Locum Optometrists In The UK: Rolling vs. Fixed Clinics—Which Model Actually Wins?
As a highly specialized professional, you are part of the 1% of the UK population with your specific skill set. Your expertise is undeniable, yet many in the profession find themselves questioning if staying in a traditional employed role is worth the mounting stress.
The issue often isn't the clinical work itself, but a system designed for volume rather than value. When it comes to the structure of your day, most practitioners are forced to choose between two models: the Fixed Clinic or the Rolling Clinic.
The Illusion of the Fixed Clinic
On the surface, the fixed 25-minute or 30-minute slot offers the promise of stability. You know exactly when you start, when you finish, and what your paycheck will look like at the end of the month.
However, this predictability often comes at a high price. Under an employer’s banner, a fixed schedule is rarely just about testing eyes. You are frequently expected to balance clinical duties with administrative tasks, sales targets, and key performance indicators. While the "fixed" nature removes some scheduling anxiety, you often sacrifice the autonomy required to maintain a truly patient-focused pace.
The Tyranny of the Rolling Clinic
Few things amplify professional burnout like the rolling clinic. Favored by several large optical chains, this model is built on maximizing profit through pure volume. While management may argue it helps offset delays, the reality for the practitioner is far more punishing.
1. Internal Conflict
Rolling clinics can inadvertently pit colleagues against one another. If one optometrist takes an extended break or falls behind, the burden shifts to the rest of the team. Your finishing time and the integrity of your lunch break become entirely unpredictable variables.
2. The Ghost Clinic Trap
Perhaps the most frustrating aspect of this model is the "maxi diary" or "ghost clinic." This involves managers booking additional patients over and above your agreed capacity—sometimes an entire extra clinic’s worth. Because we are ethical professionals, we often feel pressured to see these patients out of a fear of GOC malpractice concerns. This is a form of professional manipulation that prioritizes the bottom line over practitioner well-being.

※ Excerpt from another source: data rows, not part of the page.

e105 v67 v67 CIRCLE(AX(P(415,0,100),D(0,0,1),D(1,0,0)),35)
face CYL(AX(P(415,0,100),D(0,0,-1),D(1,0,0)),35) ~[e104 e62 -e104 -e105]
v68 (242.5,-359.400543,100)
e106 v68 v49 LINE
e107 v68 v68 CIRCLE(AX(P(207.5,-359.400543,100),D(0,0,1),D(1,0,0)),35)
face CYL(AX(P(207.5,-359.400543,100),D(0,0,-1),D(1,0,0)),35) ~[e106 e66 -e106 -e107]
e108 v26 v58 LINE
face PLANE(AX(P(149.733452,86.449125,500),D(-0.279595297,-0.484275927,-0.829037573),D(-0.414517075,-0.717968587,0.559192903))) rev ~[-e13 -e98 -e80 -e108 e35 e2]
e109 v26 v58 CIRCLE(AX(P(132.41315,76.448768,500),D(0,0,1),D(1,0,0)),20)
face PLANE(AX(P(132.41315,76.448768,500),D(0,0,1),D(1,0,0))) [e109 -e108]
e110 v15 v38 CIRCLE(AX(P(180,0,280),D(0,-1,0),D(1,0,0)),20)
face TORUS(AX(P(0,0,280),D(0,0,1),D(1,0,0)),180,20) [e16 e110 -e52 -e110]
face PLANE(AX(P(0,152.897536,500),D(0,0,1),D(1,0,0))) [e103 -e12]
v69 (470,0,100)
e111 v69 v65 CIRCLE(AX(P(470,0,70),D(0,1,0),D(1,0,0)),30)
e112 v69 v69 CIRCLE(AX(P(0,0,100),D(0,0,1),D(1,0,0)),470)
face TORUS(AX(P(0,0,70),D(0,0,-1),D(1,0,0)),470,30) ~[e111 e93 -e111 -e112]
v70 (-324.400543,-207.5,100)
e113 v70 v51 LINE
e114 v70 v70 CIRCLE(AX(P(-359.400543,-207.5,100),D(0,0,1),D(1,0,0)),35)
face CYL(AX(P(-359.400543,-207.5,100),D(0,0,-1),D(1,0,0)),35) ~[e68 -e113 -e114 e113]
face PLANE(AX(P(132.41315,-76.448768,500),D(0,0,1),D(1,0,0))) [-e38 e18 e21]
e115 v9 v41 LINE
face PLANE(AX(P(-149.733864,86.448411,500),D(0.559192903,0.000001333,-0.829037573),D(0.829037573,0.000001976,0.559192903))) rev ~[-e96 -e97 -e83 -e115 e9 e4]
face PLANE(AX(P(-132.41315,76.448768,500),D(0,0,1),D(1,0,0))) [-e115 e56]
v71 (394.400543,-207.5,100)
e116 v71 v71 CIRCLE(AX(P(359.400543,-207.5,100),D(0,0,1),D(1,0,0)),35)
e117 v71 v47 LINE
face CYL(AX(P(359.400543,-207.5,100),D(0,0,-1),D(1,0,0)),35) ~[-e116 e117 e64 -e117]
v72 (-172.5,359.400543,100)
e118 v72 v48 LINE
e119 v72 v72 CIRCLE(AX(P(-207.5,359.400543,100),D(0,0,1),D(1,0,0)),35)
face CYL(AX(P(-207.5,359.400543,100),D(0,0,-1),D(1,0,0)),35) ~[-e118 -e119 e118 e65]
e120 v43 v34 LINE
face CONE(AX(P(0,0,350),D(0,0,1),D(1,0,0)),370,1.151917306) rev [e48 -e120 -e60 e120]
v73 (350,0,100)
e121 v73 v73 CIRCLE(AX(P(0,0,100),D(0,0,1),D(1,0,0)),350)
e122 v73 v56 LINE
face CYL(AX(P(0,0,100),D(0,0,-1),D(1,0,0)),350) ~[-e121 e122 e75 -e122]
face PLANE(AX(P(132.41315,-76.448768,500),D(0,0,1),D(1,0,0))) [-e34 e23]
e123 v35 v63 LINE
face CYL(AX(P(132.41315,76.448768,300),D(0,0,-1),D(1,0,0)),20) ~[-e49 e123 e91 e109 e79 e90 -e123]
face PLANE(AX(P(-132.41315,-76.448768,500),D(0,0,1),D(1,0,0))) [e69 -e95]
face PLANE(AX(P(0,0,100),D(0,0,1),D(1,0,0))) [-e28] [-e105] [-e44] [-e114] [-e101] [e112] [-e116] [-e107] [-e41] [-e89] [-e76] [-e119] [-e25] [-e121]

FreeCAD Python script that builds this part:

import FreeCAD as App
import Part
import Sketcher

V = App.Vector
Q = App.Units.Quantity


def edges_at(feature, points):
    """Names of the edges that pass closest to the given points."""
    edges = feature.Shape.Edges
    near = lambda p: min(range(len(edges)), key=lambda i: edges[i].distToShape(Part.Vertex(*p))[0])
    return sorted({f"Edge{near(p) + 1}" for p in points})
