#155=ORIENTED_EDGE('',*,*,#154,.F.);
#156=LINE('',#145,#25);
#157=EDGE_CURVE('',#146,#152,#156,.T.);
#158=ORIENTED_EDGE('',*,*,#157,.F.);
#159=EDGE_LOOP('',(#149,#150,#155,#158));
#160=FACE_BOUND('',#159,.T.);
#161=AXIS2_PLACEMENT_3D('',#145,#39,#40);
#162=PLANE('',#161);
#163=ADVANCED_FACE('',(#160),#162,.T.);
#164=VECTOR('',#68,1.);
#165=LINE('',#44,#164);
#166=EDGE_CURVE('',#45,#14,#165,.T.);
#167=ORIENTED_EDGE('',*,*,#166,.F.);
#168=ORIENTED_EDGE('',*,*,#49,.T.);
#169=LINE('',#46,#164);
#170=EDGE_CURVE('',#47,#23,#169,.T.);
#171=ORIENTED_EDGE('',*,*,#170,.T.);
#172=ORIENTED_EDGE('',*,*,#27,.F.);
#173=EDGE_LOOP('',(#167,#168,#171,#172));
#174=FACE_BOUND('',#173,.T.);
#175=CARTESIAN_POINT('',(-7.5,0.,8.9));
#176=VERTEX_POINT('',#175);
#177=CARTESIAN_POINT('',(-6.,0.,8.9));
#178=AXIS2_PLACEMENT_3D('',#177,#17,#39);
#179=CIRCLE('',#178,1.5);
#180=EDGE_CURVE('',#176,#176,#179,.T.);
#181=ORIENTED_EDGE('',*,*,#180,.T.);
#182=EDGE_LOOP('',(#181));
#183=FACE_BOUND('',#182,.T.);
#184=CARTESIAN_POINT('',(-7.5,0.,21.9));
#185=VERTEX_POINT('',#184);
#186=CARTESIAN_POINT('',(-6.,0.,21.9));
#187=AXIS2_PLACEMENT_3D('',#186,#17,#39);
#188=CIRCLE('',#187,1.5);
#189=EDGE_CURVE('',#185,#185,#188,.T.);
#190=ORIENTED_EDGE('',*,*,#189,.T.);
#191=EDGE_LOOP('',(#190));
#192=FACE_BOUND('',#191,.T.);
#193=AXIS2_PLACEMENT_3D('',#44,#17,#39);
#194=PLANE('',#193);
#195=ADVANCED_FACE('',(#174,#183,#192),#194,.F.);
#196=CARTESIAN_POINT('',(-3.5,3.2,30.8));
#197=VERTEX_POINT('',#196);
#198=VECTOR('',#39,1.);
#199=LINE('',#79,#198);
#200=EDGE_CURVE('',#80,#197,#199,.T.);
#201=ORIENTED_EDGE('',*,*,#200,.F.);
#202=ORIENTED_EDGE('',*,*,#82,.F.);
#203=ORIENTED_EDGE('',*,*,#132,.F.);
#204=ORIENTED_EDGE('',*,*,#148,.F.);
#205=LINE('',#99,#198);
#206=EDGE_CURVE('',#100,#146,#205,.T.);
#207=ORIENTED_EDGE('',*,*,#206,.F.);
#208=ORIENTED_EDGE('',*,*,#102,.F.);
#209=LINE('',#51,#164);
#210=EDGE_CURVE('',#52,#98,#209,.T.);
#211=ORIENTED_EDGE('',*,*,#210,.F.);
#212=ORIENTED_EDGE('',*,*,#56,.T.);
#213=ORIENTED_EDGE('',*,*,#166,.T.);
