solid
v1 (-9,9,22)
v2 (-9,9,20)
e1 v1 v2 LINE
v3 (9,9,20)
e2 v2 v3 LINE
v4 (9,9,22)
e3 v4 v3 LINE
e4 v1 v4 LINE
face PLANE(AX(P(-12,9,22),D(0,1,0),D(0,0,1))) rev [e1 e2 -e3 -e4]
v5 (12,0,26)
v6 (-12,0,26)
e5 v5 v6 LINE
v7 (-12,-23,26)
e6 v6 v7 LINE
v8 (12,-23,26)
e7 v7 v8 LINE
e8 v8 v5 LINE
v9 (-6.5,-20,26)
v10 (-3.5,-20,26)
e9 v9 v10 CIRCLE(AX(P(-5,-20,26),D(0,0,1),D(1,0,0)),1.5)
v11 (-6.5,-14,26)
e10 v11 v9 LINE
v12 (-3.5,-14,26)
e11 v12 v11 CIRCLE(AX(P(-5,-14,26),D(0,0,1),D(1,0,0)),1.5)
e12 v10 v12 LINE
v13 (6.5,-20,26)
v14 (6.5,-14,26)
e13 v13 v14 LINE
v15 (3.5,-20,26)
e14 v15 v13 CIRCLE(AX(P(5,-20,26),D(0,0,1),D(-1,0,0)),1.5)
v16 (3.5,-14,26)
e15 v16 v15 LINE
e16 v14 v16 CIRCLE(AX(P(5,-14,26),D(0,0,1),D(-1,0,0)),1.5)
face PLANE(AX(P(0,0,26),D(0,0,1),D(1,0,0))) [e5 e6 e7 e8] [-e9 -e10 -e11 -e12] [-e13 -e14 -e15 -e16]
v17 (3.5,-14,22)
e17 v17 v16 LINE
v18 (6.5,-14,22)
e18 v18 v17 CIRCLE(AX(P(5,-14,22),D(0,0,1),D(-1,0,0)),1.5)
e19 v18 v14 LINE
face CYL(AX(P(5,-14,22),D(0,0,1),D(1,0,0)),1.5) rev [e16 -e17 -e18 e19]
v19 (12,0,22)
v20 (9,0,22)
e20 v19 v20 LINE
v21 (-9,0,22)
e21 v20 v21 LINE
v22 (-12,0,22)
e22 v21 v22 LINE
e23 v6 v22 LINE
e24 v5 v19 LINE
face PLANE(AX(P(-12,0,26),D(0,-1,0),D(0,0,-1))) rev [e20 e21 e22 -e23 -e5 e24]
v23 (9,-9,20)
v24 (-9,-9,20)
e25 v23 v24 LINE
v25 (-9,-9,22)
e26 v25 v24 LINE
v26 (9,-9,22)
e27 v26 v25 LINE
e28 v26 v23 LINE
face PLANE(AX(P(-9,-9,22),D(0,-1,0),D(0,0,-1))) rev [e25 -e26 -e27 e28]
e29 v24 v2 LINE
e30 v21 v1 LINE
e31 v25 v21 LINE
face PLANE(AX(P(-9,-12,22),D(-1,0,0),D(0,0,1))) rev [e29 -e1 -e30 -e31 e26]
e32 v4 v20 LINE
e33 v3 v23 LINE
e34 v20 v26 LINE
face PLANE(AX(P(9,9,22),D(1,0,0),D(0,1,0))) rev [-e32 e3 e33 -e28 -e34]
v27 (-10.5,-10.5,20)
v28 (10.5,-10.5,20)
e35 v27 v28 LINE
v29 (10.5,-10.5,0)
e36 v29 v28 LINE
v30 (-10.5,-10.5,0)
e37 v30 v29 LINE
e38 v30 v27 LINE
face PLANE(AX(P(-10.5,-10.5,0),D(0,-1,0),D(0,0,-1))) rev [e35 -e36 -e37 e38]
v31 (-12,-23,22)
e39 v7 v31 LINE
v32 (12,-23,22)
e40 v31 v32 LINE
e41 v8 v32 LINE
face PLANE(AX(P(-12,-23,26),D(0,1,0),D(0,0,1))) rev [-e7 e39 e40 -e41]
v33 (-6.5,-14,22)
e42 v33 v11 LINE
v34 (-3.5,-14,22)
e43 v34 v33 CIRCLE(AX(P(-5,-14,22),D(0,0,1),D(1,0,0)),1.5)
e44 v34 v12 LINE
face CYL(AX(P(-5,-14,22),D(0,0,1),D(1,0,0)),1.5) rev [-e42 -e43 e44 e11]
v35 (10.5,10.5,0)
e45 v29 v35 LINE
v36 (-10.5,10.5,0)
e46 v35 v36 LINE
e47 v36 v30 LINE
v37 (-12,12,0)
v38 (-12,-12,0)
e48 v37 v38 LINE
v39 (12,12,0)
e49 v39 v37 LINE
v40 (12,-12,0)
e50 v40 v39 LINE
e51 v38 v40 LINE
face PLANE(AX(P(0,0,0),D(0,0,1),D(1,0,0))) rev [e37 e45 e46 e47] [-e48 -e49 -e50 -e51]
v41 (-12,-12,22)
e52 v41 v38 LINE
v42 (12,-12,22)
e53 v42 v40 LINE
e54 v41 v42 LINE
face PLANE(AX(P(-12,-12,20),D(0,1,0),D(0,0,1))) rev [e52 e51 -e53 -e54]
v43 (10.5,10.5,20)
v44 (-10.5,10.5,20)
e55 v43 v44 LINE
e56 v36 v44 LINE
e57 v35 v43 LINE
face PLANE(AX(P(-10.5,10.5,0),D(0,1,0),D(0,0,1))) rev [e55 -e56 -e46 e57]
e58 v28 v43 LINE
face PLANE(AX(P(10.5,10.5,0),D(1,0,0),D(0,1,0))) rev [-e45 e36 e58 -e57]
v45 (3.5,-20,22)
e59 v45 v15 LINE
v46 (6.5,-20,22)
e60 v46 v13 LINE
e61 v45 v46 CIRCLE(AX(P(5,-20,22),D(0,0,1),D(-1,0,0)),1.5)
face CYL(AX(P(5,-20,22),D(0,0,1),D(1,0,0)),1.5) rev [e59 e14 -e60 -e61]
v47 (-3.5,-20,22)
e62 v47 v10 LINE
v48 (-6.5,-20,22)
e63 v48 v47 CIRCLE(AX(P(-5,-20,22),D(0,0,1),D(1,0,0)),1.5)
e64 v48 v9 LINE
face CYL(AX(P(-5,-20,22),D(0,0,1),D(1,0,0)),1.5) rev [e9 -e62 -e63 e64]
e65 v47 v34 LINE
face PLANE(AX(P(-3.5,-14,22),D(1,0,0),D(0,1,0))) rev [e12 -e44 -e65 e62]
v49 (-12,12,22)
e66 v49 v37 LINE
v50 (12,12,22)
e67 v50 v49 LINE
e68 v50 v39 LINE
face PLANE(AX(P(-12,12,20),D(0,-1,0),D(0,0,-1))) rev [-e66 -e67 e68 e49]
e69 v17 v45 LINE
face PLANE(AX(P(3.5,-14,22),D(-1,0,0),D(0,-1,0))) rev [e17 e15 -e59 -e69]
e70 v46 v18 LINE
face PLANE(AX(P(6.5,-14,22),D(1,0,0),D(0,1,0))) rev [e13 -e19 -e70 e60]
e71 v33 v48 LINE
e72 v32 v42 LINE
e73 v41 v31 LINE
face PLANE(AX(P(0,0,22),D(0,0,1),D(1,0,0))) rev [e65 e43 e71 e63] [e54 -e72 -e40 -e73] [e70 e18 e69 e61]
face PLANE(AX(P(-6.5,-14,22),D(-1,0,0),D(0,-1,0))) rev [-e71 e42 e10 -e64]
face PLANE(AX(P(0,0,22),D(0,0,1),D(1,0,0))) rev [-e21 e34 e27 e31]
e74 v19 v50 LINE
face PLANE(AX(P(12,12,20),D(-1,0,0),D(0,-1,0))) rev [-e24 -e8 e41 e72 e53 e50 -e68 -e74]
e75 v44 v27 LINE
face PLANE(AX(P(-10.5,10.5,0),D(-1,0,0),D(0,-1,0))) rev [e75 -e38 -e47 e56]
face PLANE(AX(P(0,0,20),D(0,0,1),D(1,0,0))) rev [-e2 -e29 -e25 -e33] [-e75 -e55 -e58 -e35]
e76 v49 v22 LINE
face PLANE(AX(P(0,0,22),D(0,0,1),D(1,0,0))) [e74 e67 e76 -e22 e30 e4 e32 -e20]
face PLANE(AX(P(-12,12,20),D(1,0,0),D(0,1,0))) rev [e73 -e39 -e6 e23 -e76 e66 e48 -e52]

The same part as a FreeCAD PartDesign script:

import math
import FreeCAD as App
import Part
import Sketcher

V = App.Vector
Q = App.Units.Quantity

doc = App.newDocument("Part")
body = doc.addObject("PartDesign::Body", "Body")

# Sketch on XY plane
sketch1 = doc.addObject("Sketcher::SketchObject", "Sketch")
body.addObject(sketch1)
sketch1.AttachmentSupport = (doc.XY_Plane, [""])
sketch1.MapMode = "FlatFace"
sketch1.addGeometry([
    Part.LineSegment(V(-12, 12, 0), V(-12, -12, 0)),
    Part.LineSegment(V(-12, -12, 0), V(12, -12, 0)),
    Part.LineSegment(V(12, -12, 0), V(12, 12, 0)),
    Part.LineSegment(V(12, 12, 0), V(-12, 12, 0)),
], False)
sketch1.addConstraint([
    Sketcher.Constraint("Coincident", 0, 2, 1, 1),
    Sketcher.Constraint("Coincident", 1, 2, 2, 1),
    Sketcher.Constraint("Coincident", 2, 2, 3, 1),
    Sketcher.Constraint("Coincident", 3, 2, 0, 1),
    Sketcher.Constraint("Vertical", 0),
    Sketcher.Constraint("Horizontal", 1),
    Sketcher.Constraint("Vertical", 2),
    Sketcher.Constraint("Horizontal", 3),
    Sketcher.Constraint("Symmetric", 0, 2, 2, 2, -1, 1),
    Sketcher.Constraint("Equal", 3, 0),
    Sketcher.Constraint("DistanceX", 1, 1, 1, 2, Q("24 mm")),
])
pad1 = doc.addObject("PartDesign::Pad", "Pad")
body.addObject(pad1)
pad1.Profile = sketch1
pad1.Length = 20

# Sketch on XY plane
sketch2 = doc.addObject("Sketcher::SketchObject", "Sketch001")
body.addObject(sketch2)
sketch2.AttachmentSupport = (doc.XY_Plane, [""])
sketch2.MapMode = "FlatFace"
sketch2.AttachmentOffset = App.Placement(V(0, 0, 20), App.Rotation())
sketch2.addGeometry([
    Part.LineSegment(V(-10.5, 10.5, 0), V(-10.5, -10.5, 0)),
    Part.LineSegment(V(-10.5, -10.5, 0), V(10.5, -10.5, 0)),
    Part.LineSegment(V(10.5, -10.5, 0), V(10.5, 10.5, 0)),
    Part.LineSegment(V(10.5, 10.5, 0), V(-10.5, 10.5, 0)),
], False)
sketch2.addConstraint([
    Sketcher.Constraint("Coincident", 0, 2, 1, 1),
    Sketcher.Constraint("Coincident", 1, 2, 2, 1),
    Sketcher.Constraint("Coincident", 2, 2, 3, 1),
    Sketcher.Constraint("Coincident", 3, 2, 0, 1),
    Sketcher.Constraint("Vertical", 0),
    Sketcher.Constraint("Horizontal", 1),
    Sketcher.Constraint("Vertical", 2),
    Sketcher.Constraint("Horizontal", 3),
    Sketcher.Constraint("Symmetric", 0, 2, 2, 2, -1, 1),
    Sketcher.Constraint("Equal", 3, 0),
    Sketcher.Constraint("DistanceX", 1, 1, 1, 2, Q("21 mm")),
])
pocket1 = doc.addObject("PartDesign::Pocket", "Pocket")
body.addObject(pocket1)
pocket1.Profile = sketch2
pocket1.Length = 20

# Sketch on XY plane
sketch3 = doc.addObject("Sketcher::SketchObject", "Sketch002")
body.addObject(sketch3)
sketch3.AttachmentSupport = (doc.XY_Plane, [""])
sketch3.MapMode = "FlatFace"
sketch3.AttachmentOffset = App.Placement(V(0, 0, 20), App.Rotation())
sketch3.addGeometry([
    Part.LineSegment(V(-12, 12, 0), V(-12, 9, 0)),
    Part.LineSegment(V(-12, 9, 0), V(12, 9, 0)),
    Part.LineSegment(V(12, 9, 0), V(12, 12, 0)),
    Part.LineSegment(V(12, 12, 0), V(-12, 12, 0)),
], False)
sketch3.addConstraint([
    Sketcher.Constraint("Coincident", 0, 2, 1, 1),
    Sketcher.Constraint("Coincident", 1, 2, 2, 1),
    Sketcher.Constraint("Coincident", 2, 2, 3, 1),
    Sketcher.Constraint("Coincident", 3, 2, 0, 1),
    Sketcher.Constraint("Vertical", 0),
    Sketcher.Constraint("Horizontal", 1),
    Sketcher.Constraint("Vertical", 2),
    Sketcher.Constraint("Horizontal", 3),
    Sketcher.Constraint("DistanceX", 1, 1, 1, 2, Q("24 mm")),
    Sketcher.Constraint("DistanceY", 0, 2, 0, 1, Q("3 mm")),
    Sketcher.Constraint("DistanceX", 0, 2, -1, 1, Q("12 mm")),
    Sketcher.Constraint("DistanceY", -1, 1, 0, 2, Q("9 mm")),
])
pad2 = doc.addObject("PartDesign::Pad", "Pad001")
body.addObject(pad2)
pad2.Profile = sketch3
pad2.Length = 2

# Sketch on XY plane
sketch4 = doc.addObject("Sketcher::SketchObject", "Sketch003")
body.addObject(sketch4)
sketch4.AttachmentSupport = (doc.XY_Plane, [""])
sketch4.MapMode = "FlatFace"
sketch4.AttachmentOffset = App.Placement(V(0, 0, 20), App.Rotation())
sketch4.addGeometry([
    Part.LineSegment(V(-12, 9, 0), V(-12, -12, 0)),
    Part.LineSegment(V(-12, -12, 0), V(-9, -12, 0)),
    Part.LineSegment(V(-9, -12, 0), V(-9, 9, 0)),
    Part.LineSegment(V(-9, 9, 0), V(-12, 9, 0)),
], False)
sketch4.addConstraint([
    Sketcher.Constraint("Coincident", 0, 2, 1, 1),
    Sketcher.Constraint("Coincident", 1, 2, 2, 1),
    Sketcher.Constraint("Coincident", 2, 2, 3, 1),
    Sketcher.Constraint("Coincident", 3, 2, 0, 1),
    Sketcher.Constraint("Vertical", 0),
    Sketcher.Constraint("Horizontal", 1),
    Sketcher.Constraint("Vertical", 2),
    Sketcher.Constraint("Horizontal", 3),
    Sketcher.Constraint("DistanceX", 1, 1, 1, 2, Q("3 mm")),
    Sketcher.Constraint("DistanceY", 0, 2, 0, 1, Q("21 mm")),
    Sketcher.Constraint("DistanceX", 0, 2, -1, 1, Q("12 mm")),
    Sketcher.Constraint("DistanceY", 0, 2, -1, 1, Q("12 mm")),
])
pad3 = doc.addObject("PartDesign::Pad", "Pad002")
body.addObject(pad3)
pad3.Profile = sketch4
pad3.Length = 2

# Sketch on XY plane
sketch5 = doc.addObject("Sketcher::SketchObject", "Sketch004")
body.addObject(sketch5)
sketch5.AttachmentSupport = (doc.XY_Plane, [""])
sketch5.MapMode = "FlatFace"
sketch5.AttachmentOffset = App.Placement(V(0, 0, 20), App.Rotation())
sketch5.addGeometry([
    Part.LineSegment(V(-9, -9, 0), V(-9, -12, 0)),
    Part.LineSegment(V(-9, -12, 0), V(12, -12, 0)),
    Part.LineSegment(V(12, -12, 0), V(12, -9, 0)),
    Part.LineSegment(V(12, -9, 0), V(-9, -9, 0)),
], False)
sketch5.addConstraint([
    Sketcher.Constraint("Coincident", 0, 2, 1, 1),
    Sketcher.Constraint("Coincident", 1, 2, 2, 1),
    Sketcher.Constraint("Coincident", 2, 2, 3, 1),
    Sketcher.Constraint("Coincident", 3, 2, 0, 1),
    Sketcher.Constraint("Vertical", 0),
    Sketcher.Constraint("Horizontal", 1),
    Sketcher.Constraint("Vertical", 2),
    Sketcher.Constraint("Horizontal", 3),
    Sketcher.Constraint("DistanceX", 1, 1, 1, 2, Q("21 mm")),
    Sketcher.Constraint("DistanceY", 0, 2, 0, 1, Q("3 mm")),
    Sketcher.Constraint("DistanceX", 0, 2, -1, 1, Q("9 mm")),
    Sketcher.Constraint("DistanceY", 0, 2, -1, 1, Q("12 mm")),
])
pad4 = doc.addObject("PartDesign::Pad", "Pad003")
body.addObject(pad4)
pad4.Profile = sketch5
pad4.Length = 2

# Sketch on XY plane
sketch6 = doc.addObject("Sketcher::SketchObject", "Sketch005")
body.addObject(sketch6)
sketch6.AttachmentSupport = (doc.XY_Plane, [""])
sketch6.MapMode = "FlatFace"
sketch6.AttachmentOffset = App.Placement(V(0, 0, 20), App.Rotation())
sketch6.addGeometry([
    Part.LineSegment(V(9, 9, 0), V(9, -9, 0)),
    Part.LineSegment(V(9, -9, 0), V(12, -9, 0)),
    Part.LineSegment(V(12, -9, 0), V(12, 9, 0)),
    Part.LineSegment(V(12, 9, 0), V(9, 9, 0)),
], False)
sketch6.addConstraint([
    Sketcher.Constraint("Coincident", 0, 2, 1, 1),
    Sketcher.Constraint("Coincident", 1, 2, 2, 1),
    Sketcher.Constraint("Coincident", 2, 2, 3, 1),
    Sketcher.Constraint("Coincident", 3, 2, 0, 1),
    Sketcher.Constraint("Vertical", 0),
    Sketcher.Constraint("Horizontal", 1),
    Sketcher.Constraint("Vertical", 2),
    Sketcher.Constraint("Horizontal", 3),
    Sketcher.Constraint("DistanceX", 1, 1, 1, 2, Q("3 mm")),
    Sketcher.Constraint("DistanceY", 0, 2, 0, 1, Q("18 mm")),
    Sketcher.Constraint("DistanceX", -1, 1, 0, 2, Q("9 mm")),
    Sketcher.Constraint("DistanceY", 0, 2, -1, 1, Q("9 mm")),
])
pad5 = doc.addObject("PartDesign::Pad", "Pad004")
body.addObject(pad5)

The rolling clinic reinforces a toxic narrative in the industry: that being "fast and salesy" is more valuable than being "thorough and clinical."
Is There a Better Way?
Transitioning to locum work was the turning point in my own career. While a locum cannot change the fundamental culture of a practice, they possess the power of choice. If a practice's model does not align with your clinical standards or personal well-being, you are not obligated to return.
By moving away from a single employer, you gain the perspective needed to decide how you actually want to practice optometry. You learn to navigate the politics of rolling clinics and the efficiency demands of fixed clinics on your own terms, rather than out of a sense of forced obligation.
If you are feeling the weight of the "maxi diary" or the stress of a rigid fixed schedule, it may be time to reconsider your professional environment. I have helped many optometrists transition from traditional employment to the freedom of locuming through the resources on my website, and I invite you to explore those options.
The question remains for the profession: between the predictability of the fixed clinic and the pressure of the rolling clinic, which is the lesser of two evils?